⟨

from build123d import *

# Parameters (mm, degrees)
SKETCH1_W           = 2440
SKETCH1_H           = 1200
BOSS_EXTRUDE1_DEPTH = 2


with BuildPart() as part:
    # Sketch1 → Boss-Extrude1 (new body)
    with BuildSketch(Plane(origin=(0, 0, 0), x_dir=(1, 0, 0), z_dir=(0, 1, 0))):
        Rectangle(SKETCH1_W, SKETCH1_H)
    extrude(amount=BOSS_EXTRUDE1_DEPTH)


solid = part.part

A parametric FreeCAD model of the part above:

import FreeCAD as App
import Part
import Sketcher
from FreeCAD import Vector
Q = App.Units.Quantity


def add_polygon(sketch, points):
    """Adds a closed chain of lines whose ends are joined by coincident constraints."""
    first, n = sketch.GeometryCount, len(points)
    for a, b in zip(points, points[1:] + points[:1]):
        sketch.addGeometry(Part.LineSegment(App.Vector(*a, 0), App.Vector(*b, 0)), False)
    for i in range(n):
        sketch.addConstraint(Sketcher.Constraint("Coincident", first + i, 2, first + (i + 1) % n, 1))

doc = App.newDocument("Part")
body = doc.addObject("PartDesign::Body", "Body")

# Sketch on XZ plane
sketch1 = body.newObject("Sketcher::SketchObject", "Sketch")
sketch1.AttachmentSupport = (doc.getObject("XZ_Plane"), [""])
sketch1.MapMode = "FlatFace"
add_polygon(sketch1, [(-1220, -600), (-1220, 600), (1220, 600), (1220, -600)])  # lines 0-3
sketch1.addConstraint([
    Sketcher.Constraint("Vertical", 0),
    Sketcher.Constraint("Horizontal", 1),
    Sketcher.Constraint("Vertical", 2),
    Sketcher.Constraint("Horizontal", 3),
    Sketcher.Constraint("Symmetric", 0, 2, 2, 2, -1, 1),
    Sketcher.Constraint("DistanceX", 1, 1, 1, 2, Q("2440 mm")),
    Sketcher.Constraint("DistanceY", 0, 1, 0, 2, Q("1200 mm")),
])
pad1 = body.newObject("PartDesign::Pad", "Pad")
pad1.Profile = sketch1
pad1.Length = 2
pad1.Reversed = True

doc.recompute()
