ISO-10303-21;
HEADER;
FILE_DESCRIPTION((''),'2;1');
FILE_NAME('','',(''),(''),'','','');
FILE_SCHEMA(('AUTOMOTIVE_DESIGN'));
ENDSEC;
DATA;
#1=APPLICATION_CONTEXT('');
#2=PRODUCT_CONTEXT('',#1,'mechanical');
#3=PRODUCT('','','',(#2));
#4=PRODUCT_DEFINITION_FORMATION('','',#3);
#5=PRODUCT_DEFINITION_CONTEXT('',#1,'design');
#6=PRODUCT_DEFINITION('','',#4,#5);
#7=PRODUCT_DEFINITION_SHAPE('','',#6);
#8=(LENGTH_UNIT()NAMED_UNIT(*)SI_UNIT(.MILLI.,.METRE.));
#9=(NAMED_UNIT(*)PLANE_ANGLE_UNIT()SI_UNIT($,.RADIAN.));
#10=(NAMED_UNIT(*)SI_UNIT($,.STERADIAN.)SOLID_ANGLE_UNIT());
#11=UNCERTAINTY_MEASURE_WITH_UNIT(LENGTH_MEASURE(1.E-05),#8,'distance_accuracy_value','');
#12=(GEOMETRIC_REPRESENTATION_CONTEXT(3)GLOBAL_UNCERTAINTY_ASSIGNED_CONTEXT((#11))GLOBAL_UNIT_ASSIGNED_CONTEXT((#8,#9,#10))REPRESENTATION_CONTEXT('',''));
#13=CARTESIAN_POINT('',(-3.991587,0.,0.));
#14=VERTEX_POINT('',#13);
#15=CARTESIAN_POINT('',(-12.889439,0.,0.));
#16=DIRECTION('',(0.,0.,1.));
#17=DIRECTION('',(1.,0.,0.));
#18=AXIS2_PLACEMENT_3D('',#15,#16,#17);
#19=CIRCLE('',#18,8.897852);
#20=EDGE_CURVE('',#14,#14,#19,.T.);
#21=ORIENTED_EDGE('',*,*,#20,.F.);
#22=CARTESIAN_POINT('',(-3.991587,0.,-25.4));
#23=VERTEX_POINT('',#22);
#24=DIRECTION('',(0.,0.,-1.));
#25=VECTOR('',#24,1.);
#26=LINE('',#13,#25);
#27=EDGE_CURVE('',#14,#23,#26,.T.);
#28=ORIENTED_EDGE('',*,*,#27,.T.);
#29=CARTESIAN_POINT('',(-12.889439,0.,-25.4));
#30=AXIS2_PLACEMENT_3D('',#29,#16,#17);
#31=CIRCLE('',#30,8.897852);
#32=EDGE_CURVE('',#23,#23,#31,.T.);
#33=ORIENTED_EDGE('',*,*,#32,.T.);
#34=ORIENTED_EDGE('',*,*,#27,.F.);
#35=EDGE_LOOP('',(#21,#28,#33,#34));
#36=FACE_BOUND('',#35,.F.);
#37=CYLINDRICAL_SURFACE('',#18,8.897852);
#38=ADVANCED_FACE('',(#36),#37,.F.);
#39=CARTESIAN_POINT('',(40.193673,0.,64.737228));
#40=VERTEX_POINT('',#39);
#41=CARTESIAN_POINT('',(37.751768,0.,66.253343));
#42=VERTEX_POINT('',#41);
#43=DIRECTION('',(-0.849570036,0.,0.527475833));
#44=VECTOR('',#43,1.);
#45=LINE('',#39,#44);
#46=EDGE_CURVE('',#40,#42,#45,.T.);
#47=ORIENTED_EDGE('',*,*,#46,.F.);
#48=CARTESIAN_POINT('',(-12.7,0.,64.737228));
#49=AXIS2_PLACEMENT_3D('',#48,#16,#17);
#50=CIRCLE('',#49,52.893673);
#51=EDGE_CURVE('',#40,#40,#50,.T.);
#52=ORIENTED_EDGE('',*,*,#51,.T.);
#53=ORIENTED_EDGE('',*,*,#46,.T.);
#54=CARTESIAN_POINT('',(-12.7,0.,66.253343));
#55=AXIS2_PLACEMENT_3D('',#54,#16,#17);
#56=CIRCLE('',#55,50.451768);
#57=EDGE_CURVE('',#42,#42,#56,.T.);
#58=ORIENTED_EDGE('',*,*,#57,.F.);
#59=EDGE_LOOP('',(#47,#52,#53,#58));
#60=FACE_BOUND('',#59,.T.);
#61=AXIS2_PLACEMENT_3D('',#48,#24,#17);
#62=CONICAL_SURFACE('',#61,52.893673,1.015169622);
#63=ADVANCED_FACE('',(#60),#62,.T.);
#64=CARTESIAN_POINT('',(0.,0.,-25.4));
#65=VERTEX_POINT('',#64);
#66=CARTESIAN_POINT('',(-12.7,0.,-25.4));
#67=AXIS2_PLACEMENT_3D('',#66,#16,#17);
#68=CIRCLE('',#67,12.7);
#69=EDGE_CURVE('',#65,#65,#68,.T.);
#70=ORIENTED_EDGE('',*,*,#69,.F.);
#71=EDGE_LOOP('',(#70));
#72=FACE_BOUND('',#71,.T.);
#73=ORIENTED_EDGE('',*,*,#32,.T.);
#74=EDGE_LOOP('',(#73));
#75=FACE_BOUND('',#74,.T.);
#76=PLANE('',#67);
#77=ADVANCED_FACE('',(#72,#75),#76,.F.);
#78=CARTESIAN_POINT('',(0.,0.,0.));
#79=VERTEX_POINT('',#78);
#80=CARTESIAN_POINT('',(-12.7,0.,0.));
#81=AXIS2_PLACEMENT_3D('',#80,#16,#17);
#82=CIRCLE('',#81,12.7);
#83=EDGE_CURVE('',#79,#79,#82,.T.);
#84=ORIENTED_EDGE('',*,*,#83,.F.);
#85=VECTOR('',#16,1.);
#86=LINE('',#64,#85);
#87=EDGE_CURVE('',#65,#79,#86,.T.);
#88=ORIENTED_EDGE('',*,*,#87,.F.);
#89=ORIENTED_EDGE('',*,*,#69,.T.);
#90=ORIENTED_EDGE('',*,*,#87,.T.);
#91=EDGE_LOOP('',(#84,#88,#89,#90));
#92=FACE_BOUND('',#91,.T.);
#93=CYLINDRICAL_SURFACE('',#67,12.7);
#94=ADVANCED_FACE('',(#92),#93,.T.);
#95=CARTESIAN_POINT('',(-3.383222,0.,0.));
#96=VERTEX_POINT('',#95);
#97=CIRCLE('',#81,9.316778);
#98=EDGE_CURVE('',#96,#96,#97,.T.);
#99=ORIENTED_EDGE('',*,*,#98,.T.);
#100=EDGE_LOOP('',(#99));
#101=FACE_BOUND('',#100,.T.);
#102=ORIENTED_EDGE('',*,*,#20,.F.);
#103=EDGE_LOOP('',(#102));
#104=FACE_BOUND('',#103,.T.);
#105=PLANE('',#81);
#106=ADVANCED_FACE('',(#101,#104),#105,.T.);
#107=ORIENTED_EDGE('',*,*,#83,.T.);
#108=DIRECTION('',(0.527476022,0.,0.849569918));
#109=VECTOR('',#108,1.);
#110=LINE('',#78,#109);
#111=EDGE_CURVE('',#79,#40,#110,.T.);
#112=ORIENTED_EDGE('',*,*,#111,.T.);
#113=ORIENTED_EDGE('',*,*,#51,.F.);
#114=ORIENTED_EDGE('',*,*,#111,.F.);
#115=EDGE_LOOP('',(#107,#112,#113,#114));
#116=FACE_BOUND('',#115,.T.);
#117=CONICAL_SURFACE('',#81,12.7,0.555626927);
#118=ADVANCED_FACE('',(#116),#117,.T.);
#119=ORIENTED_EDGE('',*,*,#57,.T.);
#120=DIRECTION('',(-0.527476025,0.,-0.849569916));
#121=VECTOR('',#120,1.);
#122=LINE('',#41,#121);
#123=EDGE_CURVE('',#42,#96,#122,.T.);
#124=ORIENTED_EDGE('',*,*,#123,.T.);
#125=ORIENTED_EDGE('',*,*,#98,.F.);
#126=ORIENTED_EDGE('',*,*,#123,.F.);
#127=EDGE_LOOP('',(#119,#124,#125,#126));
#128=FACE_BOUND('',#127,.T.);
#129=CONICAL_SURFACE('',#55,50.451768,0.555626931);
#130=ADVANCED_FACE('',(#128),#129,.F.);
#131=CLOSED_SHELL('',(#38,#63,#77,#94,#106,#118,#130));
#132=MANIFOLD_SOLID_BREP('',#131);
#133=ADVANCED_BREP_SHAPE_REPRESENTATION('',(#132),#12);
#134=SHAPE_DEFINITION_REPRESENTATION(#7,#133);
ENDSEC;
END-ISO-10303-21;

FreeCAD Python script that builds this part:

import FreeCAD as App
import Part
import Sketcher

V = App.Vector
Q = App.Units.Quantity


def add_polygon(sketch, points):
    """Adds a closed chain of lines whose ends are joined by coincident constraints."""
    first, n = sketch.GeometryCount, len(points)
    for a, b in zip(points, points[1:] + points[:1]):
        sketch.addGeometry(Part.LineSegment(App.Vector(*a, 0), App.Vector(*b, 0)), False)
    for i in range(n):
        sketch.addConstraint(Sketcher.Constraint("Coincident", first + i, 2, first + (i + 1) % n, 1))

doc = App.newDocument("Part")
params = doc.addObject("Spreadsheet::Sheet", "Params")
for row, (alias, value) in enumerate([
    ("sketch1_height", "1 in"),
    ("sketch1_length", "3 in"),
    ("sketch1_width", "0.5 in"),
    ("revolution_angle", "360 deg"),
    ("pocket1_length", "1 in"),
    ("pocket2_length", "1 in"),
], start=1):
    params.set(f"A{row}", alias)
    params.set(f"B{row}", "=" + value)
    params.setAlias(f"B{row}", alias)

body = doc.addObject("PartDesign::Body", "Body")

# Sketch on XZ plane
sketch1 = body.newObject("Sketcher::SketchObject", "Sketch")
sketch1.AttachmentSupport = (doc.getObject("XZ_Plane"), [""])
sketch1.MapMode = "FlatFace"
add_polygon(sketch1, [(0, -25.4), (0, 0), (40.2, 64.7), (37.8, 66.3), (-3.4, 0), (-12.7, 0), (-12.7, -25.4)])  # lines 0-6
sketch1.addGeometry(Part.LineSegment(V(-12.7, -25.4, 0), V(-12.7, 66.3, 0)), True)  # axis
sketch1.addConstraint(Sketcher.Constraint("Vertical", 0))
sketch1.addConstraint(Sketcher.Constraint("Horizontal", 4))
sketch1.addConstraint(Sketcher.Constraint("Vertical", 5))
sketch1.addConstraint(Sketcher.Constraint("Horizontal", 6))
sketch1.addConstraint(Sketcher.Constraint("Vertical", 7))
sketch1.addConstraint(Sketcher.Constraint("Coincident", 0, 2, -1, 1))
sketch1.addConstraint(Sketcher.Constraint("Coincident", 7, 1, 5, 2))
sketch1.addConstraint(Sketcher.Constraint("PointOnObject", 3, 2, -1))
sketch1.addConstraint(Sketcher.Constraint("Perpendicular", 1, 2))
sketch1.addConstraint(Sketcher.Constraint("Perpendicular", 2, 3))
sketch1.addConstraint(Sketcher.Constraint("Horizontal", 2, 2, 7, 2))
sketch1.addConstraint(Sketcher.Constraint("DistanceY", 0, 1, 0, 2, Q("1 in")))
sketch1.addConstraint(Sketcher.Constraint("Distance", 1, Q("3 in")))
sketch1.addConstraint(Sketcher.Constraint("DistanceX", 6, 1, 6, 2, Q("0.5 in")))
sketch1.addConstraint(Sketcher.Constraint("Distance", 3, Q("77.984568 mm")))
sketch1.addConstraint(Sketcher.Constraint("DistanceX", 4, 2, 4, 1, Q("9.316778 mm")))
sketch1.setExpression("Constraints[18]", "Params.sketch1_height")
sketch1.setExpression("Constraints[19]", "Params.sketch1_length")
sketch1.setExpression("Constraints[20]", "Params.sketch1_width")
revolution = body.newObject("PartDesign::Revolution", "Revolution")
revolution.Profile = sketch1
revolution.ReferenceAxis = (sketch1, ["Axis0"])
revolution.setExpression("Angle", "Params.revolution_angle")

# Sketch on XY plane
sketch2 = body.newObject("Sketcher::SketchObject", "Sketch001")
sketch2.AttachmentSupport = (doc.getObject("XY_Plane"), [""])
sketch2.MapMode = "FlatFace"
sketch2.addGeometry(Part.Circle(V(-13, 0, 0), V(0, 0, 1), 8), False)
sketch2.addConstraint(Sketcher.Constraint("PointOnObject", 0, 3, -1))
sketch2.addConstraint(Sketcher.Constraint("DistanceX", 0, 3, -1, 1, Q("0.5 in")))
sketch2.addConstraint(Sketcher.Constraint("Diameter", 0, Q("15.165012 mm")))
pocket1 = body.newObject("PartDesign::Pocket", "Pocket")
pocket1.Profile = sketch2
pocket1.setExpression("Length", "Params.pocket1_length")

# Sketch on XY plane
sketch3 = body.newObject("Sketcher::SketchObject", "Sketch002")
sketch3.AttachmentSupport = (doc.getObject("XY_Plane"), [""])
sketch3.MapMode = "FlatFace"
sketch3.addGeometry(Part.Circle(V(-13, 0, 0), V(0, 0, 1), 9), False)
sketch3.addConstraint(Sketcher.Constraint("PointOnObject", 0, 3, -1))
sketch3.addConstraint(Sketcher.Constraint("Diameter", 0, Q("17.795704 mm")))
sketch3.addConstraint(Sketcher.Constraint("DistanceX", 0, 3, -1, 1, Q("12.889439 mm")))
pocket2 = body.newObject("PartDesign::Pocket", "Pocket001")
pocket2.Profile = sketch3
pocket2.setExpression("Length", "Params.pocket2_length")

doc.recompute()
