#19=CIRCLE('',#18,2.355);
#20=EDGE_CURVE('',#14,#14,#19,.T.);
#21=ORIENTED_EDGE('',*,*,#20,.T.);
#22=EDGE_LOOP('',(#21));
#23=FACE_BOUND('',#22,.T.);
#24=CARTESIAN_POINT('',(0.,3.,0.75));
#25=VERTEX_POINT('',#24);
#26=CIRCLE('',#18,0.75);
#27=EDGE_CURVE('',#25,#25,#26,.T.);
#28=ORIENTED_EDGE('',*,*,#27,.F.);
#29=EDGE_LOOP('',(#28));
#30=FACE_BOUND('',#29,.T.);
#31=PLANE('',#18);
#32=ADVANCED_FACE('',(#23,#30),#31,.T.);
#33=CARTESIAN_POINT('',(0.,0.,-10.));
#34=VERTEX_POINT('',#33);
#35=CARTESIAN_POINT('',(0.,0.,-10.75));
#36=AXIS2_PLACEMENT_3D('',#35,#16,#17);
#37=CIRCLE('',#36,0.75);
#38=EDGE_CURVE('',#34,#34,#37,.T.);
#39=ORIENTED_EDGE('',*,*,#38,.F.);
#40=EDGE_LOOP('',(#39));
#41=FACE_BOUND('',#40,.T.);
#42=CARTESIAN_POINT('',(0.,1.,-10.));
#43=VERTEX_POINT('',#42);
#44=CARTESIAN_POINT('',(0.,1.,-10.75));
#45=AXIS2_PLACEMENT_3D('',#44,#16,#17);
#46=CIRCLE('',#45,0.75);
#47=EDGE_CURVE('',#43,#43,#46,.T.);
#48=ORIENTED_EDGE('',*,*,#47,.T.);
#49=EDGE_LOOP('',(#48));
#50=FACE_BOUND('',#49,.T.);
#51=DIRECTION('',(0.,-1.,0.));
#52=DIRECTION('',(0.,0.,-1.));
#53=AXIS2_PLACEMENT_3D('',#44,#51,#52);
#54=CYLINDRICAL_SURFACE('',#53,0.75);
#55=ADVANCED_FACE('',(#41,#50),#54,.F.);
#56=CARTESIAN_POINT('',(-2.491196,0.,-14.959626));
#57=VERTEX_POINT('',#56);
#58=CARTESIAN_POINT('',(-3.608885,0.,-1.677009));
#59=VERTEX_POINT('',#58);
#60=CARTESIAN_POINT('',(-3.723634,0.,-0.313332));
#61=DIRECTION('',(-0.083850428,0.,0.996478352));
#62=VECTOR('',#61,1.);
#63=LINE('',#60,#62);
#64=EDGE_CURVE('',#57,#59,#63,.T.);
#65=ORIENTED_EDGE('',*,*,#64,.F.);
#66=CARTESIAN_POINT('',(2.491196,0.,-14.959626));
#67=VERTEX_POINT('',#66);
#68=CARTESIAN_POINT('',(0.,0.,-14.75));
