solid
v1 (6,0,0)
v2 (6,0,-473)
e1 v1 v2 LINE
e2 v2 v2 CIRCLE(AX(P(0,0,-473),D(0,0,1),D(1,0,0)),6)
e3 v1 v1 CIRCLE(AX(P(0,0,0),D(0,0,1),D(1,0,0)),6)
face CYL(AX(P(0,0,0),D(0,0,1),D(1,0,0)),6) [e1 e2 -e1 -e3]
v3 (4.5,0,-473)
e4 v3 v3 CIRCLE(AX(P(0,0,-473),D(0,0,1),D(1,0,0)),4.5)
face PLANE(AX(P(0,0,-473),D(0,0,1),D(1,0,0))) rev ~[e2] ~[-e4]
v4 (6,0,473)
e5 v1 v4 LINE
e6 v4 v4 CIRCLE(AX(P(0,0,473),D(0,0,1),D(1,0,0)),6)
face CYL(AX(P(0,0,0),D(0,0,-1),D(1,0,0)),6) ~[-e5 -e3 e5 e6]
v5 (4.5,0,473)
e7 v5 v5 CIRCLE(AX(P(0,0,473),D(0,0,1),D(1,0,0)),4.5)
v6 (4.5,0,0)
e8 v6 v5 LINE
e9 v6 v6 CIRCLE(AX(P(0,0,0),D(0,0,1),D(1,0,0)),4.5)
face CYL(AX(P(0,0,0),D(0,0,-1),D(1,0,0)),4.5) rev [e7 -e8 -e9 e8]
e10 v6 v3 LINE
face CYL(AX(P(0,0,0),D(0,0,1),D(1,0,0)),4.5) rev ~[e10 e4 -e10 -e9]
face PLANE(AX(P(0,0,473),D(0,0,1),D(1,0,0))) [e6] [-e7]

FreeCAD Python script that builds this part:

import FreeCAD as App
import Part
import Sketcher
from FreeCAD import Vector
Q = App.Units.Quantity

doc = App.newDocument("Part")
body = doc.addObject("PartDesign::Body", "Body")

sketch1 = doc.addObject("Sketcher::SketchObject", "Sketch")
body.addObject(sketch1)
sketch1.AttachmentSupport = (doc.XY_Plane, [""])
sketch1.MapMode = "FlatFace"
sketch1.addGeometry(Part.Circle(Vector(0, 0, 0), Vector(0, 0, 1), 6), False)
sketch1.addGeometry(Part.Circle(Vector(0, 0, 0), Vector(0, 0, 1), 4.5), False)
sketch1.addConstraint(Sketcher.Constraint("Coincident", 0, 3, -1, 1))
sketch1.addConstraint(Sketcher.Constraint("Coincident", 1, 3, -1, 1))
sketch1.addConstraint(Sketcher.Constraint("Diameter", 0, Q("12 mm")))
sketch1.addConstraint(Sketcher.Constraint("Diameter", 1, Q("9 mm")))
pad1 = doc.addObject("PartDesign::Pad", "Pad")
body.addObject(pad1)
pad1.Profile = sketch1
pad1.Length = 946
pad1.Midplane = True

doc.recompute()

⟩

== Aim of the task ==
For the listing above, print only the lines starting at the line containing "#34=VERTEX_POINT('',#33);" and ending at the line containing "e6 v4 v4 CIRCLE(AX(P(0,0,473),D(0,0,1),D(1,0,0)),6)", exactly, both included.

== Answer to this exercise ==
#34=VERTEX_POINT('',#33);
#35=CARTESIAN_POINT('',(0.,0.,-10.75));
#36=AXIS2_PLACEMENT_3D('',#35,#16,#17);
#37=CIRCLE('',#36,0.75);
#38=EDGE_CURVE('',#34,#34,#37,.T.);
#39=ORIENTED_EDGE('',*,*,#38,.F.);
#40=EDGE_LOOP('',(#39));
#41=FACE_BOUND('',#40,.T.);
#42=CARTESIAN_POINT('',(0.,1.,-10.));
#43=VERTEX_POINT('',#42);
#44=CARTESIAN_POINT('',(0.,1.,-10.75));
#45=AXIS2_PLACEMENT_3D('',#44,#16,#17);
#46=CIRCLE('',#45,0.75);
#47=EDGE_CURVE('',#43,#43,#46,.T.);
#48=ORIENTED_EDGE('',*,*,#47,.T.);
#49=EDGE_LOOP('',(#48));
#50=FACE_BOUND('',#49,.T.);
#51=DIRECTION('',(0.,-1.,0.));
#52=DIRECTION('',(0.,0.,-1.));
#53=AXIS2_PLACEMENT_3D('',#44,#51,#52);
#54=CYLINDRICAL_SURFACE('',#53,0.75);
#55=ADVANCED_FACE('',(#41,#50),#54,.F.);
#56=CARTESIAN_POINT('',(-2.491196,0.,-14.959626));
#57=VERTEX_POINT('',#56);
#58=CARTESIAN_POINT('',(-3.608885,0.,-1.677009));
#59=VERTEX_POINT('',#58);
#60=CARTESIAN_POINT('',(-3.723634,0.,-0.313332));
#61=DIRECTION('',(-0.083850428,0.,0.996478352));
#62=VECTOR('',#61,1.);
#63=LINE('',#60,#62);
#64=EDGE_CURVE('',#57,#59,#63,.T.);
#65=ORIENTED_EDGE('',*,*,#64,.F.);
#66=CARTESIAN_POINT('',(2.491196,0.,-14.959626));
#67=VERTEX_POINT('',#66);
#68=CARTESIAN_POINT('',(0.,0.,-14.75));
solid
v1 (6,0,0)
v2 (6,0,-473)
e1 v1 v2 LINE
e2 v2 v2 CIRCLE(AX(P(0,0,-473),D(0,0,1),D(1,0,0)),6)
e3 v1 v1 CIRCLE(AX(P(0,0,0),D(0,0,1),D(1,0,0)),6)
face CYL(AX(P(0,0,0),D(0,0,1),D(1,0,0)),6) [e1 e2 -e1 -e3]
v3 (4.5,0,-473)
e4 v3 v3 CIRCLE(AX(P(0,0,-473),D(0,0,1),D(1,0,0)),4.5)
face PLANE(AX(P(0,0,-473),D(0,0,1),D(1,0,0))) rev ~[e2] ~[-e4]
v4 (6,0,473)
e5 v1 v4 LINE
e6 v4 v4 CIRCLE(AX(P(0,0,473),D(0,0,1),D(1,0,0)),6)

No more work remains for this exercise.